_EXERCISE DIRECTIONS_:
Return exactly the lines of the records below, starting at the line that contains "f 340 339 321" and ending at the line that contains "f 377 376 177", with both of those lines kept.

○ ○ ○ ○ ○ ○ ○

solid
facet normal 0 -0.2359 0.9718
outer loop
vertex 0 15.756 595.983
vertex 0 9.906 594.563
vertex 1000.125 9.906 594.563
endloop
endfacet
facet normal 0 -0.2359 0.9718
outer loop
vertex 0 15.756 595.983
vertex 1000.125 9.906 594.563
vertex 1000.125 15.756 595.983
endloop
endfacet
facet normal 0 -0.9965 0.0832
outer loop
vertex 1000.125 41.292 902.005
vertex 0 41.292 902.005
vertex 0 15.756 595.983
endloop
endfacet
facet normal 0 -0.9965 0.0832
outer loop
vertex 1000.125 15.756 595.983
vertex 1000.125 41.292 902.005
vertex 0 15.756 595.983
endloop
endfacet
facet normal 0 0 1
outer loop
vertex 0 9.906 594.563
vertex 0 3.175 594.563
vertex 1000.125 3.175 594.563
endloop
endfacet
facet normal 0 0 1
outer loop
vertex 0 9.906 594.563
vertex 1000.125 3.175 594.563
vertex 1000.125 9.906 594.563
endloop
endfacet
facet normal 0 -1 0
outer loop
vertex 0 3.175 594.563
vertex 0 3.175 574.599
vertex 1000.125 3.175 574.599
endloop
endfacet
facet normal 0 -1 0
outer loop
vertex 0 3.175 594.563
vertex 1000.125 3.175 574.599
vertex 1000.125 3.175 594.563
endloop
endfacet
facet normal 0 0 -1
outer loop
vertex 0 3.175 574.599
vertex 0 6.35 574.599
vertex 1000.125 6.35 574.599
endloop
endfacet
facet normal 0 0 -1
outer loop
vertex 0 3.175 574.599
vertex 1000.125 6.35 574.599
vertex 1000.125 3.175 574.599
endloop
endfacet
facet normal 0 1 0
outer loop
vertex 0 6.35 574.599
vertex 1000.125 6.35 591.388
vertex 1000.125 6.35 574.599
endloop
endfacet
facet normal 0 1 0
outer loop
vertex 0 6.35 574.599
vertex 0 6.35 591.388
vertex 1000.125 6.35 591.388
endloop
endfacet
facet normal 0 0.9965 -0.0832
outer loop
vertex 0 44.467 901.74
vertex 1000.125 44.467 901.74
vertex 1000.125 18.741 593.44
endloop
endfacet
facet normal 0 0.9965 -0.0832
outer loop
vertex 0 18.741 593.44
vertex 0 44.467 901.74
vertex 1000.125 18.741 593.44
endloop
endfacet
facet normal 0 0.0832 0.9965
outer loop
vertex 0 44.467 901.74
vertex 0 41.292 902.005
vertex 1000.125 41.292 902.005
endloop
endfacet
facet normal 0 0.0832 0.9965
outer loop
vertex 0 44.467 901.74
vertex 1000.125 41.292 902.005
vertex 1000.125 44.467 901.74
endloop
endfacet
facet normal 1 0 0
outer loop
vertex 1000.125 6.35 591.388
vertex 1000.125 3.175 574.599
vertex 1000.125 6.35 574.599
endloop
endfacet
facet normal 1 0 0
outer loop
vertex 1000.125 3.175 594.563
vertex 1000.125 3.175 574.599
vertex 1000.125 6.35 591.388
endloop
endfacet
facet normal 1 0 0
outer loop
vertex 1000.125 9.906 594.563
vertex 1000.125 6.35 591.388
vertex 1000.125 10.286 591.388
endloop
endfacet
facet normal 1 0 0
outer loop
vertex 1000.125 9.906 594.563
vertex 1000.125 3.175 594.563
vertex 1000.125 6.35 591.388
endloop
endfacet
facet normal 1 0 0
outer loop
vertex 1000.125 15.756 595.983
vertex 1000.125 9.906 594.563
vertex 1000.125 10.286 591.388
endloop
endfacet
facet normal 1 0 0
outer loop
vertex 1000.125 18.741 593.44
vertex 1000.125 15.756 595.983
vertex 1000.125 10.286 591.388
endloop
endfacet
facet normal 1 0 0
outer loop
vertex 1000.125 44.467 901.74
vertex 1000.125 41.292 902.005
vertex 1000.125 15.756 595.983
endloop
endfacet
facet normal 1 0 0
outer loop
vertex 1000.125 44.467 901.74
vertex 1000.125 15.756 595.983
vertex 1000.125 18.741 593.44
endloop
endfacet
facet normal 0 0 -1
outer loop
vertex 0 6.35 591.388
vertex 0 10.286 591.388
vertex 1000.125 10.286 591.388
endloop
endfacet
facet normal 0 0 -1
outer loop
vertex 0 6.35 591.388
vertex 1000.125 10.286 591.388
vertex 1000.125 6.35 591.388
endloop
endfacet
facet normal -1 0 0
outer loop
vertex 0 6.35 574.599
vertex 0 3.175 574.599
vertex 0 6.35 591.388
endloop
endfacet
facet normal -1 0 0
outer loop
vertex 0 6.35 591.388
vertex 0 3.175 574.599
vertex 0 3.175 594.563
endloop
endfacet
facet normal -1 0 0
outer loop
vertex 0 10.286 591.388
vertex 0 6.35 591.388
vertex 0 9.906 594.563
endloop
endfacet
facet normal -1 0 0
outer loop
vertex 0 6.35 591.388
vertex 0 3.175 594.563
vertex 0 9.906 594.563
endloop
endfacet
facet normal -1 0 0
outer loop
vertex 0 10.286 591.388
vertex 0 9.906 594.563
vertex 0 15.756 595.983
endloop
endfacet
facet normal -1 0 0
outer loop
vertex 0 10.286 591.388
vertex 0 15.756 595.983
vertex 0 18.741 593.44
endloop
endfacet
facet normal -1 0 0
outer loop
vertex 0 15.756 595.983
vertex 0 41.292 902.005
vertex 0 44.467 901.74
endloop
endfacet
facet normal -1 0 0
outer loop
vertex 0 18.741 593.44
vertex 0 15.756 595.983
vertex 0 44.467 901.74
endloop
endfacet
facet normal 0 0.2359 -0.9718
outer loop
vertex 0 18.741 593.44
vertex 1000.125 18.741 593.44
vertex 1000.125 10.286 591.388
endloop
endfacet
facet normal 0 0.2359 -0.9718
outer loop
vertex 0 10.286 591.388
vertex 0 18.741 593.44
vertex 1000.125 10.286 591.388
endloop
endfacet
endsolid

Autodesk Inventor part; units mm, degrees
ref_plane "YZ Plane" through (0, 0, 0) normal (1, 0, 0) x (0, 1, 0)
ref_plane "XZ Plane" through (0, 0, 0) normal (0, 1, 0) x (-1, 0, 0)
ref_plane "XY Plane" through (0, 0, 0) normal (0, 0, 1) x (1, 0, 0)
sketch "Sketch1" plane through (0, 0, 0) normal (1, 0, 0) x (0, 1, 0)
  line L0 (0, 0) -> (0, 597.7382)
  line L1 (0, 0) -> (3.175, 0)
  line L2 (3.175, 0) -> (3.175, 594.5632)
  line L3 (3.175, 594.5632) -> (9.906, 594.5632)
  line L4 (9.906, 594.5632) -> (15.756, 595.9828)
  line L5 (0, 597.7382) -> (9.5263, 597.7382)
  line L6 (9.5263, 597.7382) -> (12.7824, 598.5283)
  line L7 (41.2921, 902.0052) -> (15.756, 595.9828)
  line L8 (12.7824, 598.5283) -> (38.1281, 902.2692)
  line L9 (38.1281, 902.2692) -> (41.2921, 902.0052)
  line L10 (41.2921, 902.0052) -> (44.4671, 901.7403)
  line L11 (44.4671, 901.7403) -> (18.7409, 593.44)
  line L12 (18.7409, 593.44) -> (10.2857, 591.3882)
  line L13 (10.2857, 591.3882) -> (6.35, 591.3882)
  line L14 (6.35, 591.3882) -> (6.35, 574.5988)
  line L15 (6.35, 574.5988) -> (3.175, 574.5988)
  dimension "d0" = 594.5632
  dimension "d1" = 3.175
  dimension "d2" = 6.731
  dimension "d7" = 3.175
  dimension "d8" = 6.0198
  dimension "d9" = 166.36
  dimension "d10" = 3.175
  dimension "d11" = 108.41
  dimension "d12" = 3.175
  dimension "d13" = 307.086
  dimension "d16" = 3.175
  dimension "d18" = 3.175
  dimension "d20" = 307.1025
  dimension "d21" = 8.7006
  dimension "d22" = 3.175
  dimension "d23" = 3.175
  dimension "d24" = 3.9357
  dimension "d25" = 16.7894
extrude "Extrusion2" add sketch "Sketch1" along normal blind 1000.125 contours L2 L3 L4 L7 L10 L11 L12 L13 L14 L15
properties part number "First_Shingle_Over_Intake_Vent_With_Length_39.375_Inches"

○ ○ ○ ○ ○ ○ ○

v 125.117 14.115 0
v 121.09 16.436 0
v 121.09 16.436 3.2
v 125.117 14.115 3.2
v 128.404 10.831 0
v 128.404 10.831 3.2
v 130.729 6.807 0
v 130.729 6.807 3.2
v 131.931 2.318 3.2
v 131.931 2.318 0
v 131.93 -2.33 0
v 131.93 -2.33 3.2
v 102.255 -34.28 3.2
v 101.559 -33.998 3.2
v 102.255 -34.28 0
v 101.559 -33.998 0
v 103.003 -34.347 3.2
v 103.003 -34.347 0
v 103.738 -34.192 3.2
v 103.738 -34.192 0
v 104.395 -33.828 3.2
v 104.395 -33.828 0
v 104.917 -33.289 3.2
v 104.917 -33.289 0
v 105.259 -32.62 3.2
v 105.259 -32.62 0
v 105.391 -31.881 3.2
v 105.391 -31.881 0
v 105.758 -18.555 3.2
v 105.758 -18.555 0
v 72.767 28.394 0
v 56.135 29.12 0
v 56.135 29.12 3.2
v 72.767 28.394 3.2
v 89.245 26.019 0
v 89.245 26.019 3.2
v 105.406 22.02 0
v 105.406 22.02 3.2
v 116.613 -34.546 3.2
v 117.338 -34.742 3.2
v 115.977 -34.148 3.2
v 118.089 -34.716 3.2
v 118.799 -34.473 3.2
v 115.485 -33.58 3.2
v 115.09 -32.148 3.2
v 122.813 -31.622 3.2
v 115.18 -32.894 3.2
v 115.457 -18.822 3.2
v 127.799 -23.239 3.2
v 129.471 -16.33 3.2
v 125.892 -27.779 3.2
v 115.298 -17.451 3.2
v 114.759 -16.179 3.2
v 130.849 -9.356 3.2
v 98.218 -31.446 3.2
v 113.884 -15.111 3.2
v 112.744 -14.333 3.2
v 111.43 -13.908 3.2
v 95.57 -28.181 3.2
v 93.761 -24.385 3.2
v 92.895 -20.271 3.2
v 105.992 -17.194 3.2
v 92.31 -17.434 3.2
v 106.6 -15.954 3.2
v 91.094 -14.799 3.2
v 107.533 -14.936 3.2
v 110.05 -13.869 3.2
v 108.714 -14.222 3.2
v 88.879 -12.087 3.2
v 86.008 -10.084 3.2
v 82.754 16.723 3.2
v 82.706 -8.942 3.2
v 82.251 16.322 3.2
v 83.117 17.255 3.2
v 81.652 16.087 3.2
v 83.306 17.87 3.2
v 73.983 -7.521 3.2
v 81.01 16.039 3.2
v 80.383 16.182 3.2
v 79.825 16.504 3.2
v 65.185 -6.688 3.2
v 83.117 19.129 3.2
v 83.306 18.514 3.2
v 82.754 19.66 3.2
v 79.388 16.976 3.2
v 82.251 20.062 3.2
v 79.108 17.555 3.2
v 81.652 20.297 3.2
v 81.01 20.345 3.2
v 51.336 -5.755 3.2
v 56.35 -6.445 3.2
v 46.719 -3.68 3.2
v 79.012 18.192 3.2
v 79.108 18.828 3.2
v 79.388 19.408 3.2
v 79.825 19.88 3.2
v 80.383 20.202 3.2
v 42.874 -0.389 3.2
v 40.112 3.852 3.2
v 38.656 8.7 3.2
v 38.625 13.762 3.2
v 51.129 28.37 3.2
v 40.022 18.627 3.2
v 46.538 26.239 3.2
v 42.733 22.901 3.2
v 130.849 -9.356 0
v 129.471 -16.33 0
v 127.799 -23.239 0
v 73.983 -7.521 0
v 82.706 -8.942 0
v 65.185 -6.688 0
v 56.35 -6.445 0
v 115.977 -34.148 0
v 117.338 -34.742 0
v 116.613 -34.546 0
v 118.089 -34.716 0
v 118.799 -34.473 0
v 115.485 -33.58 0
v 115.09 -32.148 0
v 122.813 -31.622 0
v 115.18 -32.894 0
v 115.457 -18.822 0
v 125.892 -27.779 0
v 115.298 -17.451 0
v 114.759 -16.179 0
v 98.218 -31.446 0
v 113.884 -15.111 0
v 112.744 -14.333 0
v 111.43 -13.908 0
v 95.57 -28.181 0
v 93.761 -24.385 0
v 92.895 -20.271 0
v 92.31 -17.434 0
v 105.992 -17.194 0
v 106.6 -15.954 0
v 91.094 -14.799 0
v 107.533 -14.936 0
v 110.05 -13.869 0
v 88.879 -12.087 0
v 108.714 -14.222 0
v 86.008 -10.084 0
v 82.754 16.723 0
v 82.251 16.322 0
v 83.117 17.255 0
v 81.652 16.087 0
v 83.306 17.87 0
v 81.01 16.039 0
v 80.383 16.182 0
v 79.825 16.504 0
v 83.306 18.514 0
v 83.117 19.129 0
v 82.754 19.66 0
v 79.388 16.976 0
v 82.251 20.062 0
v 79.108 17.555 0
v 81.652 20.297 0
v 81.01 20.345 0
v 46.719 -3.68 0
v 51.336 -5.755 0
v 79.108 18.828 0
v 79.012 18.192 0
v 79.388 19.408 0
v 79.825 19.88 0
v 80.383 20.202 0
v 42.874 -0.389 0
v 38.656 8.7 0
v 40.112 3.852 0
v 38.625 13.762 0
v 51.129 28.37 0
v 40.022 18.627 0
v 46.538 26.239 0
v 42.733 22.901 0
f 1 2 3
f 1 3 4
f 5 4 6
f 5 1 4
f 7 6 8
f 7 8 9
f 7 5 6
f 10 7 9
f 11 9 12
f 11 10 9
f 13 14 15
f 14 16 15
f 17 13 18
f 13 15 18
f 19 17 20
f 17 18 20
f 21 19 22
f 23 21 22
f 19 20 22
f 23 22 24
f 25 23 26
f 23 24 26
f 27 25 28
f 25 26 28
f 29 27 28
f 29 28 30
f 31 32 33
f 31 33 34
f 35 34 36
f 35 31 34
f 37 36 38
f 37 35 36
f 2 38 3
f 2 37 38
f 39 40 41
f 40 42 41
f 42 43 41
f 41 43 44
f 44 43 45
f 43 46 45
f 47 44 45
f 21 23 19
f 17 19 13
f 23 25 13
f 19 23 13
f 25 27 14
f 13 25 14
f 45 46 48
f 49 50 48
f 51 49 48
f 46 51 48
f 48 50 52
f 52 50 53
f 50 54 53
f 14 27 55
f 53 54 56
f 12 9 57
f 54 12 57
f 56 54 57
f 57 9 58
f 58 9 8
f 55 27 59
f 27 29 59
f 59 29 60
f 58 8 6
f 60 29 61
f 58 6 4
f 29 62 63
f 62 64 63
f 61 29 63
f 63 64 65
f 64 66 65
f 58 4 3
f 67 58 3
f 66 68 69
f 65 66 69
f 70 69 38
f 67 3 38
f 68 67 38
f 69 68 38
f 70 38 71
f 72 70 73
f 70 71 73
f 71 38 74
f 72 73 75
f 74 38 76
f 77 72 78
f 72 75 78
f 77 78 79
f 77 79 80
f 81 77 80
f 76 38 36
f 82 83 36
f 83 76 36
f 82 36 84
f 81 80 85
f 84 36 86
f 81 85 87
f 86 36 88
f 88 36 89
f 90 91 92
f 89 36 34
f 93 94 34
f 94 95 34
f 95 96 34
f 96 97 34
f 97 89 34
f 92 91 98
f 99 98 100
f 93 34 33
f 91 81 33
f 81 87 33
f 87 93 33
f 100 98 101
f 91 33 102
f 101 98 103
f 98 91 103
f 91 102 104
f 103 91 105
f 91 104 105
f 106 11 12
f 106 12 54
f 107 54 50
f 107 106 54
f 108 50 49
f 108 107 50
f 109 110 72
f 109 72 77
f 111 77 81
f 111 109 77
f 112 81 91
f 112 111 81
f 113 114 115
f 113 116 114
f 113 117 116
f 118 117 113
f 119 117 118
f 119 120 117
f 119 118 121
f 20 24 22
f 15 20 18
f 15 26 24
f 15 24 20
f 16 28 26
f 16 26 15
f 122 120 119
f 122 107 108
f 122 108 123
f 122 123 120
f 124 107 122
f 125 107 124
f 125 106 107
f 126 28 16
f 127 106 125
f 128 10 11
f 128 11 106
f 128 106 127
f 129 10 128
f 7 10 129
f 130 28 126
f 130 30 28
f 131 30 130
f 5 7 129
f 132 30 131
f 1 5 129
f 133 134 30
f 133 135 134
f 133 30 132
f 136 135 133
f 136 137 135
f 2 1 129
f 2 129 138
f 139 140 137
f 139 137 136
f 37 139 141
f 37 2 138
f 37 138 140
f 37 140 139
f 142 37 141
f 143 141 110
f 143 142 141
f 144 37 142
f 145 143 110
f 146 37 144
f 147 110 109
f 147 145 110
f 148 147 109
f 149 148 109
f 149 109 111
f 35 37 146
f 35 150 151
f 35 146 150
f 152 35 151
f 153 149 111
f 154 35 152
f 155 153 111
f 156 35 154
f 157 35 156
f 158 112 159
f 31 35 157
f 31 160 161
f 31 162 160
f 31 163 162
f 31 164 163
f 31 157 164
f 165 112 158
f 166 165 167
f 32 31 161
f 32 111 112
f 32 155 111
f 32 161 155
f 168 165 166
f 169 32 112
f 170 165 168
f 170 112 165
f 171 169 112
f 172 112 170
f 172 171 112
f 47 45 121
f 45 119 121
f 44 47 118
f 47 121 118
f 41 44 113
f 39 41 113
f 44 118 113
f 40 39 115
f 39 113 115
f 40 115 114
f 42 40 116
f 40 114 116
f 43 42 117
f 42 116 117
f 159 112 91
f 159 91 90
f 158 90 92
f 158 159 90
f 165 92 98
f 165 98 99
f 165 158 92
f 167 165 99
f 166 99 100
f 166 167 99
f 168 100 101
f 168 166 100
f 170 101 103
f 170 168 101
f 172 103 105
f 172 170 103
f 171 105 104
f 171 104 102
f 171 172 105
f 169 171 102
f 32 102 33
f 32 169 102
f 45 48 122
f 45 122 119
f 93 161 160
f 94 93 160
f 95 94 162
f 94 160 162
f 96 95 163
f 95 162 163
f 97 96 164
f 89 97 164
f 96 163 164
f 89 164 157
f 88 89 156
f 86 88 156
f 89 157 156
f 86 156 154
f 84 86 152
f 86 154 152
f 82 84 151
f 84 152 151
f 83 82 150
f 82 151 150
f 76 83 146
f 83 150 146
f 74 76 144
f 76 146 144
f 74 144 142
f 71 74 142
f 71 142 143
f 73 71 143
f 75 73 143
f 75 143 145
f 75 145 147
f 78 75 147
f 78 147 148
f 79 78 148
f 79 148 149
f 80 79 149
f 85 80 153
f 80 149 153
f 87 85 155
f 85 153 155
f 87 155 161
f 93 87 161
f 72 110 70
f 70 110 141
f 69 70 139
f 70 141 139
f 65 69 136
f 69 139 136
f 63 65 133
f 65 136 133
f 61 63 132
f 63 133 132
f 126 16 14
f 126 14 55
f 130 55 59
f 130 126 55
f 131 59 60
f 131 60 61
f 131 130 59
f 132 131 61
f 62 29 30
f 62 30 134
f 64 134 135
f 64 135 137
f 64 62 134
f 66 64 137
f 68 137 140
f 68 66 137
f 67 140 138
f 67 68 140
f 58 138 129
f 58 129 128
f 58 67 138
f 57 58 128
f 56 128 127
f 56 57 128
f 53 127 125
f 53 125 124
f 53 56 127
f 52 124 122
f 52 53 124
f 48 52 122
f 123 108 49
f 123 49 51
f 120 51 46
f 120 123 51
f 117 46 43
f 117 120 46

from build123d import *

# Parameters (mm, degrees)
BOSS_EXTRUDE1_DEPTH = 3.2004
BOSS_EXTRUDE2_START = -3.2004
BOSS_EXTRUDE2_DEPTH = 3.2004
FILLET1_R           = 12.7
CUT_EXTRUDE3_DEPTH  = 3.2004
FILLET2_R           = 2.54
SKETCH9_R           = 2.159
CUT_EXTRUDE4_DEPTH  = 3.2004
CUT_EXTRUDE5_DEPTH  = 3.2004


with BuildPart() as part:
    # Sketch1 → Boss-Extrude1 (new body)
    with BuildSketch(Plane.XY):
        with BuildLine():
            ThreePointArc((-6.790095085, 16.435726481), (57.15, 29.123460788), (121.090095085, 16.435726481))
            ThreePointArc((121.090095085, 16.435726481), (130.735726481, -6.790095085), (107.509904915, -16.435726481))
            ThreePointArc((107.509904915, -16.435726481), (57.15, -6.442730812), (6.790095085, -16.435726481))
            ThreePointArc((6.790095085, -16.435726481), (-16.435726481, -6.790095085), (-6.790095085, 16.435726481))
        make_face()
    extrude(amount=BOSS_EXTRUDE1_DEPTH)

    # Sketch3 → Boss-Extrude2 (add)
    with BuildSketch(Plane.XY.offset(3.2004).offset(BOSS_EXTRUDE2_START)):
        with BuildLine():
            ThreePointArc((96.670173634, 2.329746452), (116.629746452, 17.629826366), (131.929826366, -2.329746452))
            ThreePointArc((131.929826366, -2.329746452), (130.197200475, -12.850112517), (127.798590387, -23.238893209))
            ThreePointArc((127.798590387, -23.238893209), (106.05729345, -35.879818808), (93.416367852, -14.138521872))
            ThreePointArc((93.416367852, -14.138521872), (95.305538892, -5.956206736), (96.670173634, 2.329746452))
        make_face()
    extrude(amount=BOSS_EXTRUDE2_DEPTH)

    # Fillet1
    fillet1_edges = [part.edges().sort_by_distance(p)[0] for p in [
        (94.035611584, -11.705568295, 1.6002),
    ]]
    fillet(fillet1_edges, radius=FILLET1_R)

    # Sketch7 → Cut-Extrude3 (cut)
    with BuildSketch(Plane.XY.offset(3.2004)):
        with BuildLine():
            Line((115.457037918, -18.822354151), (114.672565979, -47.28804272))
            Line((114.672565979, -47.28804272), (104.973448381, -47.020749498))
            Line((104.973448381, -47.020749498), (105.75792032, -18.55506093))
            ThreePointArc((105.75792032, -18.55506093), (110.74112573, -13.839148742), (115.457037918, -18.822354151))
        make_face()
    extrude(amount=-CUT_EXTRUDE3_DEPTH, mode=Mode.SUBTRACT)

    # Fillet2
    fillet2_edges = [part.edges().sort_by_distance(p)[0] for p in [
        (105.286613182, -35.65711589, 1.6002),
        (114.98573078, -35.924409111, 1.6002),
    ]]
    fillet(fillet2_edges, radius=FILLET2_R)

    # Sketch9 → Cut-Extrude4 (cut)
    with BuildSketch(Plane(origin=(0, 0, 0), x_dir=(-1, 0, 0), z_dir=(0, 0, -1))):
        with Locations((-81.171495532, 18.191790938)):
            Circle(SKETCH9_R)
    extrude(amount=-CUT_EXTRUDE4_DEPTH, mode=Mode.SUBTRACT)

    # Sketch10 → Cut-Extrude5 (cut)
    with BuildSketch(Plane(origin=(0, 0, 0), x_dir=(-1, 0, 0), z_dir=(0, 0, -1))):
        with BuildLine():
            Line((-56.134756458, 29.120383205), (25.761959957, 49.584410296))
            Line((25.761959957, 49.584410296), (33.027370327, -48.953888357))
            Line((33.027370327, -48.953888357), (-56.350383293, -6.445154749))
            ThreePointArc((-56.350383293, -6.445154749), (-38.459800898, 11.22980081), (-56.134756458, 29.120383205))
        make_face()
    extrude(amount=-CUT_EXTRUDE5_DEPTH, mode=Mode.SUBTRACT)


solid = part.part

○ ○ ○ ○ ○ ○ ○

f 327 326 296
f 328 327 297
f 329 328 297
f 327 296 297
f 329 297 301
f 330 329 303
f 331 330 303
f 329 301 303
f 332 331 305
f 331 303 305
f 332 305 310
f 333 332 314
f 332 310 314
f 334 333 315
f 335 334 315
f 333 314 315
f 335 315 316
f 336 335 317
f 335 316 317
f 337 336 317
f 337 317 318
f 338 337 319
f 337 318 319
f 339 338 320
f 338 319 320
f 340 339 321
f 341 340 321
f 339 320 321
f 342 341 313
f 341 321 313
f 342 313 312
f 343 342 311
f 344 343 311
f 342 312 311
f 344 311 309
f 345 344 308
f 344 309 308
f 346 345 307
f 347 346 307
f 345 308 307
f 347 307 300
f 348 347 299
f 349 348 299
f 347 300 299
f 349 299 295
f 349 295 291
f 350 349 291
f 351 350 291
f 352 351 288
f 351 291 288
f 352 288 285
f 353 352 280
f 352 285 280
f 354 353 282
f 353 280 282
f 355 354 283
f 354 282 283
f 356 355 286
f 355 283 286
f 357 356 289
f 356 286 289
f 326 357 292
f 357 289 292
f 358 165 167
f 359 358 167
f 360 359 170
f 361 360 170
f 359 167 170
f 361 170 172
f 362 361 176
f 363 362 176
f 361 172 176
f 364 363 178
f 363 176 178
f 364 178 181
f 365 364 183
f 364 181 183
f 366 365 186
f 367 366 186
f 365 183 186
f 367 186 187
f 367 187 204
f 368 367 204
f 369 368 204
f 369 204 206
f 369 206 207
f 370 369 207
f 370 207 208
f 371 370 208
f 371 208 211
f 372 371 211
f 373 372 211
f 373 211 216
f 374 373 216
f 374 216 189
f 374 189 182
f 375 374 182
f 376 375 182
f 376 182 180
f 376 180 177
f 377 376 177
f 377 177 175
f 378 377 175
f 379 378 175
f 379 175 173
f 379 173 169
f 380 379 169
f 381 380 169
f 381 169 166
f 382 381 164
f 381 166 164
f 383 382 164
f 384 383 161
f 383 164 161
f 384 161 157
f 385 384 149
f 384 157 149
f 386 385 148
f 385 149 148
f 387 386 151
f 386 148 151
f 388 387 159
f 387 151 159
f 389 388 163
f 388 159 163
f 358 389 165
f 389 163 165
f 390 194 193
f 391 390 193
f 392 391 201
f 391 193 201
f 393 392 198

○ ○ ○ ○ ○ ○ ○

_OUTPUT OF THE TASK_:
f 340 339 321
f 341 340 321
f 339 320 321
f 342 341 313
f 341 321 313
f 342 313 312
f 343 342 311
f 344 343 311
f 342 312 311
f 344 311 309
f 345 344 308
f 344 309 308
f 346 345 307
f 347 346 307
f 345 308 307
f 347 307 300
f 348 347 299
f 349 348 299
f 347 300 299
f 349 299 295
f 349 295 291
f 350 349 291
f 351 350 291
f 352 351 288
f 351 291 288
f 352 288 285
f 353 352 280
f 352 285 280
f 354 353 282
f 353 280 282
f 355 354 283
f 354 282 283
f 356 355 286
f 355 283 286
f 357 356 289
f 356 286 289
f 326 357 292
f 357 289 292
f 358 165 167
f 359 358 167
f 360 359 170
f 361 360 170
f 359 167 170
f 361 170 172
f 362 361 176
f 363 362 176
f 361 172 176
f 364 363 178
f 363 176 178
f 364 178 181
f 365 364 183
f 364 181 183
f 366 365 186
f 367 366 186
f 365 183 186
f 367 186 187
f 367 187 204
f 368 367 204
f 369 368 204
f 369 204 206
f 369 206 207
f 370 369 207
f 370 207 208
f 371 370 208
f 371 208 211
f 372 371 211
f 373 372 211
f 373 211 216
f 374 373 216
f 374 216 189
f 374 189 182
f 375 374 182
f 376 375 182
f 376 182 180
f 376 180 177
f 377 376 177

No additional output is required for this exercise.